Start of DATA SUPPLIED
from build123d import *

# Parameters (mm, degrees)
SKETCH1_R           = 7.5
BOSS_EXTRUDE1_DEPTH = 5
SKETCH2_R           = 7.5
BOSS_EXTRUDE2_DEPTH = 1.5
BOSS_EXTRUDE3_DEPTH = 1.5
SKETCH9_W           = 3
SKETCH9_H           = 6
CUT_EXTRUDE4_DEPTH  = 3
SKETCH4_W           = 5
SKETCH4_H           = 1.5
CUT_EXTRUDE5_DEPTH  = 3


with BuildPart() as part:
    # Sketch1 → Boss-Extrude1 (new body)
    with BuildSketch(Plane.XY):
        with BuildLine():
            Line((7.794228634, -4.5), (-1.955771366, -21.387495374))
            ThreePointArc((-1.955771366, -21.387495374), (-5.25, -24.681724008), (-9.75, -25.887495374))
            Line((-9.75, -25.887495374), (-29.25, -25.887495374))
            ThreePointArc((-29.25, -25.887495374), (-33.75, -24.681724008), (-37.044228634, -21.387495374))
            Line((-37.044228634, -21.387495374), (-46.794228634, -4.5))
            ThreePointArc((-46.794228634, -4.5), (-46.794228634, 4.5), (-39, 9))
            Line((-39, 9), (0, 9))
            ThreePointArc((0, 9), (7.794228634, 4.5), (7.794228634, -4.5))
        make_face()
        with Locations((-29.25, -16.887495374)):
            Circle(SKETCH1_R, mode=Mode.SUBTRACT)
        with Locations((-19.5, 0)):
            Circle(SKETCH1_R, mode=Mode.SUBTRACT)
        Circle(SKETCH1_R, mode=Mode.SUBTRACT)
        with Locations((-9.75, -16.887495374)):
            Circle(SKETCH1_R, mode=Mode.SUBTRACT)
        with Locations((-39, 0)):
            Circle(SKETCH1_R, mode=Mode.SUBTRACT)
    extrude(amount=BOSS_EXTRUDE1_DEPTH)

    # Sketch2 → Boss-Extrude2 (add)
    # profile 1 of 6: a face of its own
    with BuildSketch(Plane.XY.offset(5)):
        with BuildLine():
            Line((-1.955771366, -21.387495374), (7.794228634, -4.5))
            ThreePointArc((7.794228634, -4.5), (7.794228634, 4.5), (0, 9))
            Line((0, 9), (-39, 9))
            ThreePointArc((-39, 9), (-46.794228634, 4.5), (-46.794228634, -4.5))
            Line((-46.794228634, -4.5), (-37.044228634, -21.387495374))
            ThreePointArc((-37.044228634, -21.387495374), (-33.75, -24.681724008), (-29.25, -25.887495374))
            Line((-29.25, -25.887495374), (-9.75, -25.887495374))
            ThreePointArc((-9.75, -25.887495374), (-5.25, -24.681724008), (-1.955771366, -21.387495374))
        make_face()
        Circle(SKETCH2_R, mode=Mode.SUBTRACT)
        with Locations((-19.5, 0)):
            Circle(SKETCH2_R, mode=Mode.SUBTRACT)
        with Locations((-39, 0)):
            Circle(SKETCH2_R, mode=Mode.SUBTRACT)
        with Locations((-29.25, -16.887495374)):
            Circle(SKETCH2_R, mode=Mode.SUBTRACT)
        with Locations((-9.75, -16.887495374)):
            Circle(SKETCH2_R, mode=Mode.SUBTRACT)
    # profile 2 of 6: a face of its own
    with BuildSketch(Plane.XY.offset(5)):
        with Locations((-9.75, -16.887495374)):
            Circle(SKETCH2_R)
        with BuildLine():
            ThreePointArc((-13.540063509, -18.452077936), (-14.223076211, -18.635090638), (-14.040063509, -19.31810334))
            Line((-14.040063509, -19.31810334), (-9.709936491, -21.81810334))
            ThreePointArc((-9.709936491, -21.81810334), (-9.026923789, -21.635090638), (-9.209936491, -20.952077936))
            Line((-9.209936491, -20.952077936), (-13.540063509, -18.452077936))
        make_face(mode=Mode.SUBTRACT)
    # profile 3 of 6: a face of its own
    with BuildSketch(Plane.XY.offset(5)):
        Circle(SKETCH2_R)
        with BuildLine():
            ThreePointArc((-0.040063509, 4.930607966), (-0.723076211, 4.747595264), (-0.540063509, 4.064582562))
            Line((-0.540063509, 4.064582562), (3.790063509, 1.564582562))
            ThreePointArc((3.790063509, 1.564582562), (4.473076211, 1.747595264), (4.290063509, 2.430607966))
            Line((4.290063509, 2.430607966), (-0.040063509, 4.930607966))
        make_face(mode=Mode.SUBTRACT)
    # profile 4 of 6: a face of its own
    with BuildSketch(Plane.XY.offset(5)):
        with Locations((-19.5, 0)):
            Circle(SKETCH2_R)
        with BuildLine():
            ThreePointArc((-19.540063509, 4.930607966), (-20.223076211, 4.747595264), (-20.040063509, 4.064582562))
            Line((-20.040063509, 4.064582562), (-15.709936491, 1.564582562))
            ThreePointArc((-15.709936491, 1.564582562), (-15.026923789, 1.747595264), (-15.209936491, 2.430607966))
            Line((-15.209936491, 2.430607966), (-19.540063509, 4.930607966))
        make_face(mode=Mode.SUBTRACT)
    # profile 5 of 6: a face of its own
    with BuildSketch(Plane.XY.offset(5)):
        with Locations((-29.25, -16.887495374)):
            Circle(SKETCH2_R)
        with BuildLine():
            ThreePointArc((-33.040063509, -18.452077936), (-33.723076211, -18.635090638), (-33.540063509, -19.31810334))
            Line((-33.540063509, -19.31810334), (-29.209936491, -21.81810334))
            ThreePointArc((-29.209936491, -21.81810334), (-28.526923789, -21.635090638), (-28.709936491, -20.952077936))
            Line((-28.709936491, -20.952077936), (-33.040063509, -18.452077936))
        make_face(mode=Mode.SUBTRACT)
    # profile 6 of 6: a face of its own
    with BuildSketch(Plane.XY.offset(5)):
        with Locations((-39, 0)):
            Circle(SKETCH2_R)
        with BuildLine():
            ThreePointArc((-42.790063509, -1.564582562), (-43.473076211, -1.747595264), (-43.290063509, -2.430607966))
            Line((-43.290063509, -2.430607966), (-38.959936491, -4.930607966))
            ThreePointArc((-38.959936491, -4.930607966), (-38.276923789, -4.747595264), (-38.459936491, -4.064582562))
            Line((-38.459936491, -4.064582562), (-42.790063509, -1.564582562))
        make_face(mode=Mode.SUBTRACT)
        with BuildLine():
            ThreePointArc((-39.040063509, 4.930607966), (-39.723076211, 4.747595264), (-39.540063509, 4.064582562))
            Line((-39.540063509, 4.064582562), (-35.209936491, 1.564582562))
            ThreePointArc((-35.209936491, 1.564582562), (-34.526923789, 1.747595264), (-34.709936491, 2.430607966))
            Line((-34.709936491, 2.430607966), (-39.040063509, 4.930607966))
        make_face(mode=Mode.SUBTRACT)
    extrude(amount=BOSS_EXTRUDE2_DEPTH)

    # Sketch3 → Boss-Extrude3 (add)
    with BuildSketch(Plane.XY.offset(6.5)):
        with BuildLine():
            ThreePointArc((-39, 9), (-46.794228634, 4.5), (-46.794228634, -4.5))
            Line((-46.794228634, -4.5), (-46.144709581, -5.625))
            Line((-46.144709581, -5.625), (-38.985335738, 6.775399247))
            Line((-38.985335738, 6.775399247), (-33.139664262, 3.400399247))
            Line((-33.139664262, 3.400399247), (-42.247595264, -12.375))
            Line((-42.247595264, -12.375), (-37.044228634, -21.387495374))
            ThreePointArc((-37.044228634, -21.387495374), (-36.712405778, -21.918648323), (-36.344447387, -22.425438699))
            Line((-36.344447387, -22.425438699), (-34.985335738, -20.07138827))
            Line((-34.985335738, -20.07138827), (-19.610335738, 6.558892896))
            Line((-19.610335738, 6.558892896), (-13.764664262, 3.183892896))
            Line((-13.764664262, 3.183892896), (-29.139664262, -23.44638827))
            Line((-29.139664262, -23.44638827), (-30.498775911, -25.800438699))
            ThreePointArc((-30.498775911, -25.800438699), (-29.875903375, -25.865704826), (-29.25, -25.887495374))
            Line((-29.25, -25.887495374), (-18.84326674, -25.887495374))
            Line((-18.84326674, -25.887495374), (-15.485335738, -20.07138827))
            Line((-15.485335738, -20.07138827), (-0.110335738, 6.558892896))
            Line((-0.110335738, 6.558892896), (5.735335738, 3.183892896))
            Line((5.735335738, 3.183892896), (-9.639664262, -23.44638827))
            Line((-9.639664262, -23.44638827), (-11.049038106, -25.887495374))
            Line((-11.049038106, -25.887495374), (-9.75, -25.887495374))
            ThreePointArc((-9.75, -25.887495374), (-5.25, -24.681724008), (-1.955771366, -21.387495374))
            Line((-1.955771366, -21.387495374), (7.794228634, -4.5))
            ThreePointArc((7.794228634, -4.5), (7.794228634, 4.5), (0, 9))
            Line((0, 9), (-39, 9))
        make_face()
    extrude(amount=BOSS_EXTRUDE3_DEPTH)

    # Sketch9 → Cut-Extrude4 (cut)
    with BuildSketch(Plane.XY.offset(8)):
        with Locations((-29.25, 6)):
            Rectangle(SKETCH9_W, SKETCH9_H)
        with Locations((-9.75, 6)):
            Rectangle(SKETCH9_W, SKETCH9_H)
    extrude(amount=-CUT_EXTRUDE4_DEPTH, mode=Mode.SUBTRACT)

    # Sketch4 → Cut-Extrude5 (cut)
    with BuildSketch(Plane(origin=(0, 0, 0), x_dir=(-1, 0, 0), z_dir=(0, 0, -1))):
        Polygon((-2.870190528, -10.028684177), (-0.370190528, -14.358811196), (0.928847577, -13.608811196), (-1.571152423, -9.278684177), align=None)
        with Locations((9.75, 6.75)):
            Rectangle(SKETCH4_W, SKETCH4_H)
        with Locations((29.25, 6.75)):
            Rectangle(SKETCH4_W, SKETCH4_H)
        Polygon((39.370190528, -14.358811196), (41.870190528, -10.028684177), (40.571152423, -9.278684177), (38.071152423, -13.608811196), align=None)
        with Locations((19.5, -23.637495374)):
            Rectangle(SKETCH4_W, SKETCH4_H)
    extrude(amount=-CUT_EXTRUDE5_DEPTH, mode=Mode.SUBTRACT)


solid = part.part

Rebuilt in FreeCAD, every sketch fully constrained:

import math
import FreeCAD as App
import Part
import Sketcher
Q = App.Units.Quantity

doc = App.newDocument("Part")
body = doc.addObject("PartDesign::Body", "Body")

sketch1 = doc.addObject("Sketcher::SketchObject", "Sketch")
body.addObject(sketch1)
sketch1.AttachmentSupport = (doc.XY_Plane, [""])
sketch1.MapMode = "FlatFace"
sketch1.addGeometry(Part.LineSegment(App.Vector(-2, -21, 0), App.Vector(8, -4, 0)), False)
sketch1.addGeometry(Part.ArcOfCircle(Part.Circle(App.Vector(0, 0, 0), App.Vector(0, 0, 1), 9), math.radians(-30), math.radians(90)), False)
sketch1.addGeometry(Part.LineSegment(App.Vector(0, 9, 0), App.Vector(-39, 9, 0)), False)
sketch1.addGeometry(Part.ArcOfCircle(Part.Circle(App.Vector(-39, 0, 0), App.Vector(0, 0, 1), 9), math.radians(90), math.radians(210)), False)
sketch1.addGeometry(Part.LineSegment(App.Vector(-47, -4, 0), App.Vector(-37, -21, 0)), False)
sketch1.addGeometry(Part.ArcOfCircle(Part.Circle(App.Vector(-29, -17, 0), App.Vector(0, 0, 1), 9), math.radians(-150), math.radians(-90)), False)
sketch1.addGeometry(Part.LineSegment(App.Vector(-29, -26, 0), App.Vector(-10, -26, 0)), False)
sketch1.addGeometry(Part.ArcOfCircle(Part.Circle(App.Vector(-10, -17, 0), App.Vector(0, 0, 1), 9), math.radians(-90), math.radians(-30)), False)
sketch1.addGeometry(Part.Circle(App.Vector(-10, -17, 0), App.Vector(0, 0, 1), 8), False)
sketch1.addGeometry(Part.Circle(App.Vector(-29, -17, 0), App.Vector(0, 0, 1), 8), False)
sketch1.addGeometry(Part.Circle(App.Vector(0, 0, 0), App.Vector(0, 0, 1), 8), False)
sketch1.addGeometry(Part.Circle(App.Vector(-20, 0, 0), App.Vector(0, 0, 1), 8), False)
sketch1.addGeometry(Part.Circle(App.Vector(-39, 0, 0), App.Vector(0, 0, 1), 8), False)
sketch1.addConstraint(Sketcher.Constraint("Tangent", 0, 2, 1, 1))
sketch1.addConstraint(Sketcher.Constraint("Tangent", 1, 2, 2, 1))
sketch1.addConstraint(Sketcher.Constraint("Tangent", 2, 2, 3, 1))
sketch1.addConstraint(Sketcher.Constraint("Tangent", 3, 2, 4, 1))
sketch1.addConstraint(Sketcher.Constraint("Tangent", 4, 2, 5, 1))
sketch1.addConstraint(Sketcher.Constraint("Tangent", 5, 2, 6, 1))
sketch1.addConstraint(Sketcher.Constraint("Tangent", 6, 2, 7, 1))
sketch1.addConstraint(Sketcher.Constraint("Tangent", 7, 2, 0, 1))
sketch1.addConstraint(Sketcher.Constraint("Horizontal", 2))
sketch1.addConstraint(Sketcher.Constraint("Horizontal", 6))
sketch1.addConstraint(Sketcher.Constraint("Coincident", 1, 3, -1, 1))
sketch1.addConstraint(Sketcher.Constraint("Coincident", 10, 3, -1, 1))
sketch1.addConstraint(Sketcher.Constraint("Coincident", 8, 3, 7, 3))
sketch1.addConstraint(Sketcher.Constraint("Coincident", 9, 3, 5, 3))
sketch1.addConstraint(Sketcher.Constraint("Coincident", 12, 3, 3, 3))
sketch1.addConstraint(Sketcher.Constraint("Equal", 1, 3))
End of DATA SUPPLIED
> **TASK REQUIREMENTS**
Where does "amount" appear in the records above? Copy each line that holds it.

> **EXPECTED ANSWER**
    extrude(amount=BOSS_EXTRUDE1_DEPTH)
    extrude(amount=BOSS_EXTRUDE2_DEPTH)
    extrude(amount=BOSS_EXTRUDE3_DEPTH)
    extrude(amount=-CUT_EXTRUDE4_DEPTH, mode=Mode.SUBTRACT)
    extrude(amount=-CUT_EXTRUDE5_DEPTH, mode=Mode.SUBTRACT)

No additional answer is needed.